Data for this exercise:
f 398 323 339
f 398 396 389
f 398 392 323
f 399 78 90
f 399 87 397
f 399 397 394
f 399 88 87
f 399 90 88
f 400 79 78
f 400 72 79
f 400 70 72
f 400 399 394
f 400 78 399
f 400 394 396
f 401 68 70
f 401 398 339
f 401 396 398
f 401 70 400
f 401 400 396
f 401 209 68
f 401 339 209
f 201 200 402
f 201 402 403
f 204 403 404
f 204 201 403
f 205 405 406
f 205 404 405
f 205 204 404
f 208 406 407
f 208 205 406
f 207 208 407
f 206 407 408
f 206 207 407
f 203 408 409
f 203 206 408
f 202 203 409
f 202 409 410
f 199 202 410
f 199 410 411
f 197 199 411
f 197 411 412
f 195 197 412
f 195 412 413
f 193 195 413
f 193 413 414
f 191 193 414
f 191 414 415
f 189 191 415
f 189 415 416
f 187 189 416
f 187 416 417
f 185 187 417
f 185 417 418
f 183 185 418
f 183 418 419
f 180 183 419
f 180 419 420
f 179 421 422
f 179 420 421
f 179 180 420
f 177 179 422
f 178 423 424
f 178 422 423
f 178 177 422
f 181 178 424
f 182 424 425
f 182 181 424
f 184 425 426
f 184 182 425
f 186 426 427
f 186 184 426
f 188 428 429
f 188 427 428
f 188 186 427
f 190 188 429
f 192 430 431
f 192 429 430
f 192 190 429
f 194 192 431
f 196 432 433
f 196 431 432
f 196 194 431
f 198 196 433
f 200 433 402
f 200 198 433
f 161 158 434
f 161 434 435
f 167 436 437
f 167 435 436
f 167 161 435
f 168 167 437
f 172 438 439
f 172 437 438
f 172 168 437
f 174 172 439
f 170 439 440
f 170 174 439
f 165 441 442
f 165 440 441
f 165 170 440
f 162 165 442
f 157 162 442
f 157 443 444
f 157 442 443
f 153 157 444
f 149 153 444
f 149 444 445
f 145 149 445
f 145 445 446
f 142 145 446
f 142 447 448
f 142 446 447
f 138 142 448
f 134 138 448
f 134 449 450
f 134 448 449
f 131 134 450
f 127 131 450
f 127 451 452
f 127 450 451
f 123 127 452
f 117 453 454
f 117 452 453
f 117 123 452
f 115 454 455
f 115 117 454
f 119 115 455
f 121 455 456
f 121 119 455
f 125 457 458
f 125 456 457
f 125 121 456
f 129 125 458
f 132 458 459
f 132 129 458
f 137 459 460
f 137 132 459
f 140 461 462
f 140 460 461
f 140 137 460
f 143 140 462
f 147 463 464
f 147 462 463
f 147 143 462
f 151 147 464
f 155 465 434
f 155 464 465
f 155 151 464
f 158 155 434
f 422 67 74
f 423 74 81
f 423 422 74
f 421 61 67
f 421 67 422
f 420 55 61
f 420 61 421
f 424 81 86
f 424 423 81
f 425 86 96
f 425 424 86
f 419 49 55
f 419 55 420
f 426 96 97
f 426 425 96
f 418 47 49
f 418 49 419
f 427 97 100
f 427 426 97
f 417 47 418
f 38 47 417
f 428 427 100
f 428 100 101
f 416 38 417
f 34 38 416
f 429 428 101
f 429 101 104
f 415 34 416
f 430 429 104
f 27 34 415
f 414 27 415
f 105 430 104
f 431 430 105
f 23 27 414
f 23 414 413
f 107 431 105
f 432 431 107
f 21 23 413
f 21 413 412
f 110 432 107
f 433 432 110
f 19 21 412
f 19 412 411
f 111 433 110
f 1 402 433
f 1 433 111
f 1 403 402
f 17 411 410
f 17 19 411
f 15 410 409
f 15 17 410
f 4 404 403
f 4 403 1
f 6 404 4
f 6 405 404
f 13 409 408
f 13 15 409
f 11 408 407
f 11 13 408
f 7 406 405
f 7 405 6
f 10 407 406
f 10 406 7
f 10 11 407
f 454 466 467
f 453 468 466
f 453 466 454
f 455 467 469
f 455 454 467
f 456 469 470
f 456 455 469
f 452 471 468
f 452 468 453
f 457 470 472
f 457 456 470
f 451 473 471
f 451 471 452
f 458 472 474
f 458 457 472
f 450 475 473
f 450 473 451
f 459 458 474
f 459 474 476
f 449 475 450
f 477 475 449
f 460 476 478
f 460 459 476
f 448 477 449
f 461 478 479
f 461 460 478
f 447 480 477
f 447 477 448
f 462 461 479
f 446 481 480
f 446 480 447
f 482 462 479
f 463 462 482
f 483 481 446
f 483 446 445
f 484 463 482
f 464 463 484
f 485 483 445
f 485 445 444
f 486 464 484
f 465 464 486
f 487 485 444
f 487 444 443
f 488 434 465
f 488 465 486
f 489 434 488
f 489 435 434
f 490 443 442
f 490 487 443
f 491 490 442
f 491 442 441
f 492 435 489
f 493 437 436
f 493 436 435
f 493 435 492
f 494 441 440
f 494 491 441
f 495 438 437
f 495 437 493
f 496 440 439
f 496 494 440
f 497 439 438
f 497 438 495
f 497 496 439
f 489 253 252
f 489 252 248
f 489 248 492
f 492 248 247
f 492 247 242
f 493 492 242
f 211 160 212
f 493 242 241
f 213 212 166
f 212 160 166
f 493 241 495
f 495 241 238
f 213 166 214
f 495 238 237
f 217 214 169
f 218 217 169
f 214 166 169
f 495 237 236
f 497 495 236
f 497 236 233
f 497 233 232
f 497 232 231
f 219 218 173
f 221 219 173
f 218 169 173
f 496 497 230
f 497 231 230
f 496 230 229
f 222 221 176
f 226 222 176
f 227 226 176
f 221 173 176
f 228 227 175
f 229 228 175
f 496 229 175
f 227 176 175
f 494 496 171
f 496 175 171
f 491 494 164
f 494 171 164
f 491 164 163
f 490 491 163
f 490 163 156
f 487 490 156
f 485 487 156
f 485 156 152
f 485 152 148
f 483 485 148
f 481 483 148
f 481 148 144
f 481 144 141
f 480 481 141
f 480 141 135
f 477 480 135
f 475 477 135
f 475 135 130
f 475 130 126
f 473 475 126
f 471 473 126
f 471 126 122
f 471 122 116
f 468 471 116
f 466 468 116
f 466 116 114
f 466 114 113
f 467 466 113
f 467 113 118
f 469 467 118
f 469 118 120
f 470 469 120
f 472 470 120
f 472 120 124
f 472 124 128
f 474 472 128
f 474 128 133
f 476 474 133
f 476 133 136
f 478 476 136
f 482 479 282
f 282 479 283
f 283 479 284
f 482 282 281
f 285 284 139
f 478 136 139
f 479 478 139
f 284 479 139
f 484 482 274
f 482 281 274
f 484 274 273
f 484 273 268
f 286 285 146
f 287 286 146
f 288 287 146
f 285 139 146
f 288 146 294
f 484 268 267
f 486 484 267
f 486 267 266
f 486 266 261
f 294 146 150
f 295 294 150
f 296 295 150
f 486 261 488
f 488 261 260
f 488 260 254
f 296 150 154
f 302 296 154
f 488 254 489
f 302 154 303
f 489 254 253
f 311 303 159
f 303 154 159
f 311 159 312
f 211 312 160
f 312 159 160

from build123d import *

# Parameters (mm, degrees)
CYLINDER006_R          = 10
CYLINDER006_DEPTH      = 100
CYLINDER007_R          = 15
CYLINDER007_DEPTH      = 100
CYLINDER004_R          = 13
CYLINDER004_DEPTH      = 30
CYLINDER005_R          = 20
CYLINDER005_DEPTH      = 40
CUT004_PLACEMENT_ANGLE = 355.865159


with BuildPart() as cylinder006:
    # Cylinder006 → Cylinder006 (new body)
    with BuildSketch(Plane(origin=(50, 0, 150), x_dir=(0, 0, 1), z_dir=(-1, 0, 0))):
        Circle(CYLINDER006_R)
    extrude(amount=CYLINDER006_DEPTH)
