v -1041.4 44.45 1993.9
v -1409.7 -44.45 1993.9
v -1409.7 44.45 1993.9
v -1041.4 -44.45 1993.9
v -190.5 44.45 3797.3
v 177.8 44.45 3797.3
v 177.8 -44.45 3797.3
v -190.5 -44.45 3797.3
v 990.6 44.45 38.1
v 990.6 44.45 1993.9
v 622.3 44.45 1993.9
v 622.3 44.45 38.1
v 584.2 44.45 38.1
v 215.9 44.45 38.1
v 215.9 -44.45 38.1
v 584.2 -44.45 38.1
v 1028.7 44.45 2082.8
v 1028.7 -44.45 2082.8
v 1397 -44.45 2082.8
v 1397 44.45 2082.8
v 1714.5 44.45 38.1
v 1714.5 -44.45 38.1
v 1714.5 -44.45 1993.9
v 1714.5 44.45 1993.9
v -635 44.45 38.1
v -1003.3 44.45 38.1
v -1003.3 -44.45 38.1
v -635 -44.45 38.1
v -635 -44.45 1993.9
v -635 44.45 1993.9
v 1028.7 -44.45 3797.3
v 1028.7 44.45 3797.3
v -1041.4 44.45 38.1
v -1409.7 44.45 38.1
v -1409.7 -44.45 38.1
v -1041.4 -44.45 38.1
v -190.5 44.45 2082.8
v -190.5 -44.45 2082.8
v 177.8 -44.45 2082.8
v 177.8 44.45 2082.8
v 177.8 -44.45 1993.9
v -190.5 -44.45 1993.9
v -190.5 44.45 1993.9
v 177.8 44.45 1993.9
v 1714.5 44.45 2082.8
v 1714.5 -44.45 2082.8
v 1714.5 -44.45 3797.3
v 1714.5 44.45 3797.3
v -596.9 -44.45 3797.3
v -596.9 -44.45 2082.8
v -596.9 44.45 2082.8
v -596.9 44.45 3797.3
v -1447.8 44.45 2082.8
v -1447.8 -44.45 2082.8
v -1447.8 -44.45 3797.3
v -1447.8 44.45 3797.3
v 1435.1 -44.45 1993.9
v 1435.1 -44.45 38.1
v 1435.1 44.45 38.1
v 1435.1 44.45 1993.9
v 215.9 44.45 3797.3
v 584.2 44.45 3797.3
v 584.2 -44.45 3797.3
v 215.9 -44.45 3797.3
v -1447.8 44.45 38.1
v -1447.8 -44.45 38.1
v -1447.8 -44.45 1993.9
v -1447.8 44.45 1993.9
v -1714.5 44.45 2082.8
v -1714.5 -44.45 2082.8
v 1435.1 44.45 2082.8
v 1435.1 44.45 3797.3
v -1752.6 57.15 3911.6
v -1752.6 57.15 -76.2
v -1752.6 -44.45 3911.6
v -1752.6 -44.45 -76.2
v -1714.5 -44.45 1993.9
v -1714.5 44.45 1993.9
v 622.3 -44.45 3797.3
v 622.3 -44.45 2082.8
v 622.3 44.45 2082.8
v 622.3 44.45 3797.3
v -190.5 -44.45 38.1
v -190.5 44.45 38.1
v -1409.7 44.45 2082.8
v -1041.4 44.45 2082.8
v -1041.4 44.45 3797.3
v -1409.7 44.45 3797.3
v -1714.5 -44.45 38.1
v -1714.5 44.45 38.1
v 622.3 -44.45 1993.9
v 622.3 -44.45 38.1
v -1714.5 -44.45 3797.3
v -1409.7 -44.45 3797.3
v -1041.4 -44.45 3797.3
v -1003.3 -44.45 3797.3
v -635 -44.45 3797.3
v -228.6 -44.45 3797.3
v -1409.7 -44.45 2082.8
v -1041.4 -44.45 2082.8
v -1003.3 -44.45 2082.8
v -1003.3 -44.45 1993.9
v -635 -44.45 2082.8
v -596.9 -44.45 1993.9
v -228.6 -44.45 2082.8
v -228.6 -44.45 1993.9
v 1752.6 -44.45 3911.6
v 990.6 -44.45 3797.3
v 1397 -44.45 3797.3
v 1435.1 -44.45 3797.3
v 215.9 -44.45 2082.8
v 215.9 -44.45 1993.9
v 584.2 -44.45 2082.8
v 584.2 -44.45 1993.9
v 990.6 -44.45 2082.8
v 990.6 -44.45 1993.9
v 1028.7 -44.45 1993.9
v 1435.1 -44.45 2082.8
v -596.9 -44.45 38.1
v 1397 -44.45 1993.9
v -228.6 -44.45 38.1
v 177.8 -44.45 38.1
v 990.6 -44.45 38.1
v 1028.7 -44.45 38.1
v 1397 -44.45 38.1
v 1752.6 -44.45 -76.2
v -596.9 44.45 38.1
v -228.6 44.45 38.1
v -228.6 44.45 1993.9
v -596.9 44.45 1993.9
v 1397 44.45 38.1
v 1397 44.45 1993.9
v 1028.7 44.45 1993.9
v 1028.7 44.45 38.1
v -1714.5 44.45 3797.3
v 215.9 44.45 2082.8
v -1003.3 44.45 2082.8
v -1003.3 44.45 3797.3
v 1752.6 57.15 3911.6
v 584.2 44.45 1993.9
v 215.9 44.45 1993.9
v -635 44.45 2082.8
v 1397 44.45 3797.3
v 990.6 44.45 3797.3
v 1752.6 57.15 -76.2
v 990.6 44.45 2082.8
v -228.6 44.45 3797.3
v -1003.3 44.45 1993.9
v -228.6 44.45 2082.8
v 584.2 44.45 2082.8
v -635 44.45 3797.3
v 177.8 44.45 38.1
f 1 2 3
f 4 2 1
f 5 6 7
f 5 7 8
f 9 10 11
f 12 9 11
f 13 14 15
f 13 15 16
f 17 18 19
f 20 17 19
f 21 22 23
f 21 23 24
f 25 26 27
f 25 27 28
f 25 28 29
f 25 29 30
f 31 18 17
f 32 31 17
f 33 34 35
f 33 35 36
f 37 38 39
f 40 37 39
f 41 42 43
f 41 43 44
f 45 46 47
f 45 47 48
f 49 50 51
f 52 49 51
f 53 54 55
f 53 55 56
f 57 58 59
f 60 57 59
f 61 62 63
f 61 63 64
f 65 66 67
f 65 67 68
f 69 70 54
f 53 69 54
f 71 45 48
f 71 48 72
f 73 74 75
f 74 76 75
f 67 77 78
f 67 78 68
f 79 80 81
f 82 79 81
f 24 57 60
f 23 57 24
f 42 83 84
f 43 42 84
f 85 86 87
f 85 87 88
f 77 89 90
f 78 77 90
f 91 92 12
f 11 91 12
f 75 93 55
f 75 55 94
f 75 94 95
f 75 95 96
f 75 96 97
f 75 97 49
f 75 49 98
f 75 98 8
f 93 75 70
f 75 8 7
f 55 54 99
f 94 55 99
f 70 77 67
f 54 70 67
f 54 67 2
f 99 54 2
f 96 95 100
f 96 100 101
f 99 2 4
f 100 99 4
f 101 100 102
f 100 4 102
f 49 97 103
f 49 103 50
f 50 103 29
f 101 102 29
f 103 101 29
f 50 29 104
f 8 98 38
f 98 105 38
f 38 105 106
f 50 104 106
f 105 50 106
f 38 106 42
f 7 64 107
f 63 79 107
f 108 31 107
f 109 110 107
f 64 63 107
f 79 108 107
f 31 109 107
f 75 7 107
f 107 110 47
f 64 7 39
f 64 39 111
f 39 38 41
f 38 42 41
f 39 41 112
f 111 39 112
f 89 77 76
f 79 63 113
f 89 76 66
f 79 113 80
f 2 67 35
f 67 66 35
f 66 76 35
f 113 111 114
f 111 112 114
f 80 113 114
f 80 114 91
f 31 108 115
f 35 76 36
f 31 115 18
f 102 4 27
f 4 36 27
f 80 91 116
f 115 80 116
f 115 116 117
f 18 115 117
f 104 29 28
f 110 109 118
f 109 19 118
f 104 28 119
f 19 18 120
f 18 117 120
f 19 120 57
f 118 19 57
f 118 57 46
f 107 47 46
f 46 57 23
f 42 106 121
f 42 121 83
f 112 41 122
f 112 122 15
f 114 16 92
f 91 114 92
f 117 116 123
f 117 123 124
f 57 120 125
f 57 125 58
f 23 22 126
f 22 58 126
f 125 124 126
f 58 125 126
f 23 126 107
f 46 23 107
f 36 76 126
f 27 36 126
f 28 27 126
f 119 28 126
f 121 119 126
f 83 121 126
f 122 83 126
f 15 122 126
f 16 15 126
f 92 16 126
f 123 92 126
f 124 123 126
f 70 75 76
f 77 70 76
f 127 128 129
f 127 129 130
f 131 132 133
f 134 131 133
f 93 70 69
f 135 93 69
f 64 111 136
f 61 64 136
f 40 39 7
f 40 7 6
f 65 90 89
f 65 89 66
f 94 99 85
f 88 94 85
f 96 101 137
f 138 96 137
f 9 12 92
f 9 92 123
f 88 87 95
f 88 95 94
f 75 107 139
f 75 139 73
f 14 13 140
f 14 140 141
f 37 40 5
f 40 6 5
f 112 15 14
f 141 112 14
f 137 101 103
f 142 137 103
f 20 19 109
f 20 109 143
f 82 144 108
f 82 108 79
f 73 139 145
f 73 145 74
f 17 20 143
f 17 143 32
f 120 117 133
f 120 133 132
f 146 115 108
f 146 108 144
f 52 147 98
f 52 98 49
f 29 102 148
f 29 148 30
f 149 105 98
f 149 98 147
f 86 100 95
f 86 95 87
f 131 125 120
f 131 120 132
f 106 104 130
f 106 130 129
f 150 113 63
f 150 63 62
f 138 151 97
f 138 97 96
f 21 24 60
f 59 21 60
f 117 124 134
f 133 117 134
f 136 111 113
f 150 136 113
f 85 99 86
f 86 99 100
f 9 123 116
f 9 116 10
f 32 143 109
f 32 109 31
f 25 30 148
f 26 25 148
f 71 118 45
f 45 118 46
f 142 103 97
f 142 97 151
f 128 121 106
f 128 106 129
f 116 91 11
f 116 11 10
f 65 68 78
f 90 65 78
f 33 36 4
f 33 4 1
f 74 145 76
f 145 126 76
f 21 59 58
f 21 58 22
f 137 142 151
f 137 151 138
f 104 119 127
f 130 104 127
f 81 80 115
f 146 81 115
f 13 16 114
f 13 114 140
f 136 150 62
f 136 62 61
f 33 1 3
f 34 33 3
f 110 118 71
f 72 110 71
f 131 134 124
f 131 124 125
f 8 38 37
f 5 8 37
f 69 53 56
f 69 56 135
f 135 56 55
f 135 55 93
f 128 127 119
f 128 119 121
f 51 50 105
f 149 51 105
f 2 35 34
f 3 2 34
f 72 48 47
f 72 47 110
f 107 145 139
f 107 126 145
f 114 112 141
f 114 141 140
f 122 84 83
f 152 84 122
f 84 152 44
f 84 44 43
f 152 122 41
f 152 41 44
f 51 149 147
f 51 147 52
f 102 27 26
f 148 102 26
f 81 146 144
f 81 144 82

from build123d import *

# Parameters (mm, degrees)
F0_W      = 3505.2
F0_H      = 88.9
F1_DEPTH  = 38.1
F2_W      = 38.1
F2_H      = 88.9
F3_DEPTH  = 3759.2
F4_W      = 3505.2
F4_H      = 88.9
F5_DEPTH  = 76.2
F6_W      = 3505.2
F6_H      = 38.1
F7_DEPTH  = 88.9
F8_W      = 3505.2
F8_H      = 88.9
F9_DEPTH  = 76.2
F10_W     = 3505.2
F10_H     = 88.9
F11_DEPTH = 88.9
F12_W     = 3505.2
F12_H     = 3987.8
F13_DEPTH = 12.7


with BuildPart() as f1:
    # F0 (on Top) → F1 (new body)
    with BuildSketch(Plane.XY):
        Rectangle(F0_W, F0_H)
    extrude(amount=F1_DEPTH)

    # F2 (on face) → F3 (join)
    with BuildSketch(Plane.XY.offset(38.1)):
        with Locations((1733.55, 0)):
            Rectangle(F2_W, F2_H)
        with Locations((1416.05, 0)):
            Rectangle(F2_W, F2_H)
        with Locations((1009.65, 0)):
            Rectangle(F2_W, F2_H)
        with Locations((603.25, 0)):
            Rectangle(F2_W, F2_H)
        with Locations((196.85, 0)):
            Rectangle(F2_W, F2_H)
        with Locations((-209.55, 0)):
            Rectangle(F2_W, F2_H)
        with Locations((-615.95, 0)):
            Rectangle(F2_W, F2_H)
        with Locations((-1022.35, 0)):
            Rectangle(F2_W, F2_H)
        with Locations((-1733.55, 0)):
            Rectangle(F2_W, F2_H)
        with Locations((-1428.75, 0)):
            Rectangle(F2_W, F2_H)
    extrude(amount=F3_DEPTH)

    # F4 (on face) → F5 (join)
    with BuildSketch(Plane(origin=(0, 0, 0), x_dir=(1, 0, 0), z_dir=(0, 0, -1))):
        Rectangle(F4_W, F4_H)
    extrude(amount=F5_DEPTH)

    # F6 (on face) → F7 (join)
    with BuildSketch(Plane(origin=(0, 44.45, 0), x_dir=(-1, 0, 0), z_dir=(0, 1, 0))):
        with Locations((0, 3816.35)):
            Rectangle(F6_W, F6_H)
    extrude(amount=-F7_DEPTH)

    # F8 (on face) → F9 (join)
    with BuildSketch(Plane.XY.offset(3835.4)):
        Rectangle(F8_W, F8_H)
    extrude(amount=F9_DEPTH)

    # F10 (on face) → F11 (join)
    with BuildSketch(Plane.XZ.offset(44.45)):
        with Locations((0, 2038.35)):
            Rectangle(F10_W, F10_H)
    extrude(amount=-F11_DEPTH)

    # F12 (on face) → F13 (join)
    with BuildSketch(Plane(origin=(0, 44.45, 0), x_dir=(-1, 0, 0), z_dir=(0, 1, 0))):
        with Locations((0, 1917.7)):
            Rectangle(F12_W, F12_H)
    extrude(amount=F13_DEPTH)


solid = f1.part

Your task:
Write down exactly the span of lines above from the one containing "v 1397 -44.45 2082.8" to the one containing "v -190.5 -44.45 2082.8", both ends included.

Answer to the problem:
v 1397 -44.45 2082.8
v 1397 44.45 2082.8
v 1714.5 44.45 38.1
v 1714.5 -44.45 38.1
v 1714.5 -44.45 1993.9
v 1714.5 44.45 1993.9
v -635 44.45 38.1
v -1003.3 44.45 38.1
v -1003.3 -44.45 38.1
v -635 -44.45 38.1
v -635 -44.45 1993.9
v -635 44.45 1993.9
v 1028.7 -44.45 3797.3
v 1028.7 44.45 3797.3
v -1041.4 44.45 38.1
v -1409.7 44.45 38.1
v -1409.7 -44.45 38.1
v -1041.4 -44.45 38.1
v -190.5 44.45 2082.8
v -190.5 -44.45 2082.8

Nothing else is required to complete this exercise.